··· SUPPLIED RECORDS

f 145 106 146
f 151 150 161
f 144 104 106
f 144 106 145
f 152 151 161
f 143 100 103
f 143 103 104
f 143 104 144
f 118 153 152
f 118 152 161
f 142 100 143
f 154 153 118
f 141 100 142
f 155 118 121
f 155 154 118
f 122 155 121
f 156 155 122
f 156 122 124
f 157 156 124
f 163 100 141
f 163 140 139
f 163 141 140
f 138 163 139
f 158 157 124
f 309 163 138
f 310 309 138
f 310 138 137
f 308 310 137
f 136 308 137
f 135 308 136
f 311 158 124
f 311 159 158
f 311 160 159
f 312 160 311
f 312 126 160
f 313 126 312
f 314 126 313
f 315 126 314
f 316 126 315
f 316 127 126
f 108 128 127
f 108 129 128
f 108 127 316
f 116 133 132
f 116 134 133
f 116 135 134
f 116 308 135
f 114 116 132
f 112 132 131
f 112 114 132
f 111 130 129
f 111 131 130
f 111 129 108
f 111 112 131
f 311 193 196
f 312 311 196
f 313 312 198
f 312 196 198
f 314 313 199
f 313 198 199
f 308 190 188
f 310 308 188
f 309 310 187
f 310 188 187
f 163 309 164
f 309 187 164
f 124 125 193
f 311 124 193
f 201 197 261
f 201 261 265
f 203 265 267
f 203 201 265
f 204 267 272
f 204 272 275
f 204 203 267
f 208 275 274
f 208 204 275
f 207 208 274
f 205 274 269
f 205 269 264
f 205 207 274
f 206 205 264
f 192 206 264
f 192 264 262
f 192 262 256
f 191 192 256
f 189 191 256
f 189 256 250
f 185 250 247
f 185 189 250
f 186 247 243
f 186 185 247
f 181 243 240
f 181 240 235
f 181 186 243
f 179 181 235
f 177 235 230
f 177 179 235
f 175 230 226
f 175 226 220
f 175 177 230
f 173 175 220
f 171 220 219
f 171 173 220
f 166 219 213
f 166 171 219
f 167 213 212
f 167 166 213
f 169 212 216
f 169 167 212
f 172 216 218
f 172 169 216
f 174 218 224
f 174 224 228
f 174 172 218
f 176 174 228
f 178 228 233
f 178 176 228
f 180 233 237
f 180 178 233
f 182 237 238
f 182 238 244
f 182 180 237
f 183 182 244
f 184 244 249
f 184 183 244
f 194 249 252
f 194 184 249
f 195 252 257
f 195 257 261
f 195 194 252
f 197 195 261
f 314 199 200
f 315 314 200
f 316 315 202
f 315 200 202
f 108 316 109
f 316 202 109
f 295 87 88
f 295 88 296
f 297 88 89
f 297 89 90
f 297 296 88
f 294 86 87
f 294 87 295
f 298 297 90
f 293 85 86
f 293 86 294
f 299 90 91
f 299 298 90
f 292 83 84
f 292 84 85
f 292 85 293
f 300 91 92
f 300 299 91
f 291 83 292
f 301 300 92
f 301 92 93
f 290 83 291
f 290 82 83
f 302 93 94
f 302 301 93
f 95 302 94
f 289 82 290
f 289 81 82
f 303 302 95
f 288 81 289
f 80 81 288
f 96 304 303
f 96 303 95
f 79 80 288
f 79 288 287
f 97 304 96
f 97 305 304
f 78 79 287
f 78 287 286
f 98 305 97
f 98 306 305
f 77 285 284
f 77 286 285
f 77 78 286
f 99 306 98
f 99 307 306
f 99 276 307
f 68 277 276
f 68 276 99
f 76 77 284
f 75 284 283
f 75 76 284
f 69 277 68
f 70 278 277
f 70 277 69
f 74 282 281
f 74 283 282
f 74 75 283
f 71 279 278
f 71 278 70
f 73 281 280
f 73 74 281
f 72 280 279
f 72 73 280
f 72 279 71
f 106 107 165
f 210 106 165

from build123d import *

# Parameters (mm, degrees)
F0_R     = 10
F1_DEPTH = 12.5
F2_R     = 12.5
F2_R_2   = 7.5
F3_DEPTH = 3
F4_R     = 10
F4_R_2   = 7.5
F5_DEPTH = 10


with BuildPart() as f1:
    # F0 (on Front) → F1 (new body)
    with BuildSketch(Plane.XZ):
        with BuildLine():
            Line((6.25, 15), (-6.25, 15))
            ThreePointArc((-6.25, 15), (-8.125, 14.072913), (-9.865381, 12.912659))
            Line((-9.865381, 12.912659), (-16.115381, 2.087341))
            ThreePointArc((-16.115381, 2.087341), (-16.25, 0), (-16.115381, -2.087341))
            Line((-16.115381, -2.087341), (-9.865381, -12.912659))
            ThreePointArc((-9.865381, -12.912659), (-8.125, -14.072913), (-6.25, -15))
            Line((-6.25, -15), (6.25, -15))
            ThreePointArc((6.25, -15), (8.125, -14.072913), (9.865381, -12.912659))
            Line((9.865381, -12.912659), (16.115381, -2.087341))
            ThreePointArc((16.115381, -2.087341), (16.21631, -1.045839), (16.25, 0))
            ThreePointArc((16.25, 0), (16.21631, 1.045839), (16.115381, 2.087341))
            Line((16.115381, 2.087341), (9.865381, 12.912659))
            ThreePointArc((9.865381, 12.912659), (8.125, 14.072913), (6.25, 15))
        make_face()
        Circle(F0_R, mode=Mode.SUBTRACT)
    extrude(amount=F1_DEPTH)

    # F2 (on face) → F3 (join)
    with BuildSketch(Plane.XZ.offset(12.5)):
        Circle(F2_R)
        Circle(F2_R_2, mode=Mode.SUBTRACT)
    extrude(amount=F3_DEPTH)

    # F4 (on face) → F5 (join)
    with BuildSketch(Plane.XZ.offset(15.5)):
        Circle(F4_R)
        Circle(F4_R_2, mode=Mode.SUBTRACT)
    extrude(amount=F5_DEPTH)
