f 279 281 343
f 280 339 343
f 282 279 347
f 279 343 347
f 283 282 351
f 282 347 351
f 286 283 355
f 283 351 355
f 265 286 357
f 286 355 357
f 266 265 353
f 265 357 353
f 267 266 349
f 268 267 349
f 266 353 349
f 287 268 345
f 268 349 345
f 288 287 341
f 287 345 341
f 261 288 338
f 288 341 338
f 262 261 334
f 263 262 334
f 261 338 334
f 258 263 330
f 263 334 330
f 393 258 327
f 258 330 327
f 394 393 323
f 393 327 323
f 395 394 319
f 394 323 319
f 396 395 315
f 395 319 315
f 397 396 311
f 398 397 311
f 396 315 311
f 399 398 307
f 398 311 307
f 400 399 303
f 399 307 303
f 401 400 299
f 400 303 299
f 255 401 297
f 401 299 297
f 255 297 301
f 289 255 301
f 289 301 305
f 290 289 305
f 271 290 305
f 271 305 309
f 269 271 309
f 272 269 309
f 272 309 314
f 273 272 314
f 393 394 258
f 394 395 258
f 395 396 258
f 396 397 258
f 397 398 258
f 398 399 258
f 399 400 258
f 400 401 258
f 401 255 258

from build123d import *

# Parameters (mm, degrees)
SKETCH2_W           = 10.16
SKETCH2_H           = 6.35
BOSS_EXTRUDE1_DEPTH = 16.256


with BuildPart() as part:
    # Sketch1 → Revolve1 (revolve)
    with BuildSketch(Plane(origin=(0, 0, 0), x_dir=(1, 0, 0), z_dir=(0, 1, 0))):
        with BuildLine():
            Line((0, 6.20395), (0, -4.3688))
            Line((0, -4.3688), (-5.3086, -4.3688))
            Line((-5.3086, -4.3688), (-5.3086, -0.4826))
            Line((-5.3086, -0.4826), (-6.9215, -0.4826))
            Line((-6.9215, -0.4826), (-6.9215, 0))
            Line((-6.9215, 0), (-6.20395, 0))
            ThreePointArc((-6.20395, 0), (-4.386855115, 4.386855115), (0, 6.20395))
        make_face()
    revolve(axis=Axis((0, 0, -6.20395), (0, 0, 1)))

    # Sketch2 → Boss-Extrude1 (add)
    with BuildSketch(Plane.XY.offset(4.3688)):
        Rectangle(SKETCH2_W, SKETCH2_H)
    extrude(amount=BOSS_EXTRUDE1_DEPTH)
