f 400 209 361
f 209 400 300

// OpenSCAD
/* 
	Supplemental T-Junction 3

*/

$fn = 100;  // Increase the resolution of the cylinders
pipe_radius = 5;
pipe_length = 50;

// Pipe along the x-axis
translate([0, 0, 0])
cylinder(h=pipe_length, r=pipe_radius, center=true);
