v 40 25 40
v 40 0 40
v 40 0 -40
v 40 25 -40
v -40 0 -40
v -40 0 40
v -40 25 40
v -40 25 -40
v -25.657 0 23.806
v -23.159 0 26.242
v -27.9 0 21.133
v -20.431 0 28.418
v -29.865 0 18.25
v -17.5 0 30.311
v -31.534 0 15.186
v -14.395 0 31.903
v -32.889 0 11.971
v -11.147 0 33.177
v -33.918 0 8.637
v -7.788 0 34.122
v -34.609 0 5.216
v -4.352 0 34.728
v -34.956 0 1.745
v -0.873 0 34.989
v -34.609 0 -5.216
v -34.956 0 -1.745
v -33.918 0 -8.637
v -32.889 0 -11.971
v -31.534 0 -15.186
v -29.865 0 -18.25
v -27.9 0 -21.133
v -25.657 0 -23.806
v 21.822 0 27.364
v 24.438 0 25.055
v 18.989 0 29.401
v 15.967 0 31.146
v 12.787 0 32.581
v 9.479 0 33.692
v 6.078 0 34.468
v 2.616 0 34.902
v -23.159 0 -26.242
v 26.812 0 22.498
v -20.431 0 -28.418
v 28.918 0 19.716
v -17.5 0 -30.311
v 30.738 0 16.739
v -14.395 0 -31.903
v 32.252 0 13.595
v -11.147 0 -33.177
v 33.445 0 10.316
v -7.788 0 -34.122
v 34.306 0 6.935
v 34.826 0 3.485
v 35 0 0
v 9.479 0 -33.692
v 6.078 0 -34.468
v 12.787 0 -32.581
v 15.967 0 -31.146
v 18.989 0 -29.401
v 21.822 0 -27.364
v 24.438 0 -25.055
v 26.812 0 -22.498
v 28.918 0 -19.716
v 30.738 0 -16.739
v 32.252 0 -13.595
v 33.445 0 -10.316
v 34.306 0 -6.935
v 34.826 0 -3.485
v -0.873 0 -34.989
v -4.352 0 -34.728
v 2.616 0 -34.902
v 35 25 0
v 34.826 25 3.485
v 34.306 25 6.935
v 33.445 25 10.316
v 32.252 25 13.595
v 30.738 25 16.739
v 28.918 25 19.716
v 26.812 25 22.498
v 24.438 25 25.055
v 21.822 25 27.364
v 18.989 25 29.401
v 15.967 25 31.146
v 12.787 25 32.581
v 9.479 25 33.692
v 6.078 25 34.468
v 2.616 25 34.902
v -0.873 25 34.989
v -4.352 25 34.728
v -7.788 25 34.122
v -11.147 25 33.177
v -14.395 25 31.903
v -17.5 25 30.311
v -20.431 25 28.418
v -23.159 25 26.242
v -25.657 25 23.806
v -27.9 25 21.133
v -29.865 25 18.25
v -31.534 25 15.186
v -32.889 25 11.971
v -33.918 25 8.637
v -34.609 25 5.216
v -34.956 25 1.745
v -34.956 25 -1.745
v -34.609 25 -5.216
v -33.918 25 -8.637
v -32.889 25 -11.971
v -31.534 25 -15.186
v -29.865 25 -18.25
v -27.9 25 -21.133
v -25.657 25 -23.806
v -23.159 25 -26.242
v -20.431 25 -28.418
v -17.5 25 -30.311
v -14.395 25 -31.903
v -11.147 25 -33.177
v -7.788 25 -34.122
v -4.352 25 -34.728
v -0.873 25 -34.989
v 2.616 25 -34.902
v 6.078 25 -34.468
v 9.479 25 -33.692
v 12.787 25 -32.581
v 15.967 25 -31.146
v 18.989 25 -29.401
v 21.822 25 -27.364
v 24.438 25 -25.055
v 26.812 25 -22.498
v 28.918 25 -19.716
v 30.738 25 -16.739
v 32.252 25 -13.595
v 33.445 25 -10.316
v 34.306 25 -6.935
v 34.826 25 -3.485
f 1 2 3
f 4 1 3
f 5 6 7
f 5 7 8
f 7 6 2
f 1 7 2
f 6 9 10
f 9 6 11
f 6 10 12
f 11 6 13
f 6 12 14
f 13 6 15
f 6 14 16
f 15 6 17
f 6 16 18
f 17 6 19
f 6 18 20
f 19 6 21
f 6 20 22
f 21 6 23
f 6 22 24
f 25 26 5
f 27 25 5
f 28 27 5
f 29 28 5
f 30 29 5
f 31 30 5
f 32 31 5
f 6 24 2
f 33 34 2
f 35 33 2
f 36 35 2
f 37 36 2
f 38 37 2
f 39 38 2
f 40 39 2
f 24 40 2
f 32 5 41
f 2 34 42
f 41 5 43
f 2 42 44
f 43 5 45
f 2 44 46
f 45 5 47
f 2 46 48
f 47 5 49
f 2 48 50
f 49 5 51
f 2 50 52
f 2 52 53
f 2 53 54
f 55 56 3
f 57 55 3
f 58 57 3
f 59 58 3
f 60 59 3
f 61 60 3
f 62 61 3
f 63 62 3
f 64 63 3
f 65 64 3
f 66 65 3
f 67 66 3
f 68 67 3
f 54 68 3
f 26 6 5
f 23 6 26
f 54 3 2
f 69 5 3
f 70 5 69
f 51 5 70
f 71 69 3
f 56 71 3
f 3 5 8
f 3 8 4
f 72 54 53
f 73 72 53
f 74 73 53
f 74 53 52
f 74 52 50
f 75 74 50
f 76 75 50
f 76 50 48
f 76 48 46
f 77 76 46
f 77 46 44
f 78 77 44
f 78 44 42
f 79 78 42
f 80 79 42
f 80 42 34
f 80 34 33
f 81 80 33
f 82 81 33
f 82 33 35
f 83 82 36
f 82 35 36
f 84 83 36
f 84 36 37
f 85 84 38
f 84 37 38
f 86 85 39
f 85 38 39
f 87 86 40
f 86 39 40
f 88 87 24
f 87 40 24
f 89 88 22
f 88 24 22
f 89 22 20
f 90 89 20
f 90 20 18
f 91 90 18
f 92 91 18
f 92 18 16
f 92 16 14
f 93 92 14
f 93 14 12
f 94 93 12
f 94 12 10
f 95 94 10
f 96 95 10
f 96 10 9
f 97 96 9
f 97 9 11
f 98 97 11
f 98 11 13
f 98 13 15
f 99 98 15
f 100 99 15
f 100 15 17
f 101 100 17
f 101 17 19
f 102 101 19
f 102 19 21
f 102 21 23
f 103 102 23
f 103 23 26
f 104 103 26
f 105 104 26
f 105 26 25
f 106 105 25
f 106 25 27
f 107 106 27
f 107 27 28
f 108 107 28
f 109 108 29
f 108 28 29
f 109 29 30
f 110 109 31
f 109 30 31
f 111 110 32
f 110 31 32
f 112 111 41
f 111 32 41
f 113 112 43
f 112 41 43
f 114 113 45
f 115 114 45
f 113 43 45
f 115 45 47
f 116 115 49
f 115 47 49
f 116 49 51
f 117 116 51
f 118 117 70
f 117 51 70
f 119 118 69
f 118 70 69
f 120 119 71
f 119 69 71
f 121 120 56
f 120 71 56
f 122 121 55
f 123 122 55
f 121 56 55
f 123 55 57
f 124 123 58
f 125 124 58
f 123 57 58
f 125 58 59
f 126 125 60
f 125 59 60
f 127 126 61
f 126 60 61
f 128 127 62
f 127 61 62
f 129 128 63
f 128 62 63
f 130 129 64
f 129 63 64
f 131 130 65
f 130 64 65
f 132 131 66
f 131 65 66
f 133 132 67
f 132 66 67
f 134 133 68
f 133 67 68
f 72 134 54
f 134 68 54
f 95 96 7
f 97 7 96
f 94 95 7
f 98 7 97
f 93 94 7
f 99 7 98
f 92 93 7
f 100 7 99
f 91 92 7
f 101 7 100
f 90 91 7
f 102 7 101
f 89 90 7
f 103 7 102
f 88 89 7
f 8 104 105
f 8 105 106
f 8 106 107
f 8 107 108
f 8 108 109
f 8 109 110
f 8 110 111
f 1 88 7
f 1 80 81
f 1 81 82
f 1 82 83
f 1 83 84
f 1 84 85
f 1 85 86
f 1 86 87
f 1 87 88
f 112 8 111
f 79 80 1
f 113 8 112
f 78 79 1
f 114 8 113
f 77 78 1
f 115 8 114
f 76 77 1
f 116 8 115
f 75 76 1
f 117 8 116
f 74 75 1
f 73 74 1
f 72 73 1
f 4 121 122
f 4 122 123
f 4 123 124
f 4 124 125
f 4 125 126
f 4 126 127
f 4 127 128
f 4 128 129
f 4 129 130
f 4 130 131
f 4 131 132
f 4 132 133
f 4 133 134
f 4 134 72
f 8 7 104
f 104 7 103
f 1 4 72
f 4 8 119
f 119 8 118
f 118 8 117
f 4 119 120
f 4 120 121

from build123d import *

# Parameters (mm, degrees)
SKETCH1_W           = 80
SKETCH1_H           = 80
BOSS_EXTRUDE1_DEPTH = 25
SKETCH2_R           = 35
CUT_EXTRUDE1_DEPTH  = 26


with BuildPart() as part:
    # Sketch1 → Boss-Extrude1 (new body)
    with BuildSketch(Plane(origin=(0, 0, 0), x_dir=(1, 0, 0), z_dir=(0, 1, 0))):
        Rectangle(SKETCH1_W, SKETCH1_H)
    extrude(amount=BOSS_EXTRUDE1_DEPTH)

    # Sketch2 → Cut-Extrude1 (cut, through all)
    with BuildSketch(Plane.XZ):
        Circle(SKETCH2_R)
    extrude(amount=-CUT_EXTRUDE1_DEPTH, mode=Mode.SUBTRACT)


solid = part.part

······

* _WHAT TO WORK ON_:
Reproduce only the lines above, starting at the line with "f 109 29 30" and ending at the line with "f 132 66 67", exactly as written.

* _WRITTEN SOLUTION_:
f 109 29 30
f 110 109 31
f 109 30 31
f 111 110 32
f 110 31 32
f 112 111 41
f 111 32 41
f 113 112 43
f 112 41 43
f 114 113 45
f 115 114 45
f 113 43 45
f 115 45 47
f 116 115 49
f 115 47 49
f 116 49 51
f 117 116 51
f 118 117 70
f 117 51 70
f 119 118 69
f 118 70 69
f 120 119 71
f 119 69 71
f 121 120 56
f 120 71 56
f 122 121 55
f 123 122 55
f 121 56 55
f 123 55 57
f 124 123 58
f 125 124 58
f 123 57 58
f 125 58 59
f 126 125 60
f 125 59 60
f 127 126 61
f 126 60 61
f 128 127 62
f 127 61 62
f 129 128 63
f 128 62 63
f 130 129 64
f 129 63 64
f 131 130 65
f 130 64 65
f 132 131 66
f 131 65 66
f 133 132 67
f 132 66 67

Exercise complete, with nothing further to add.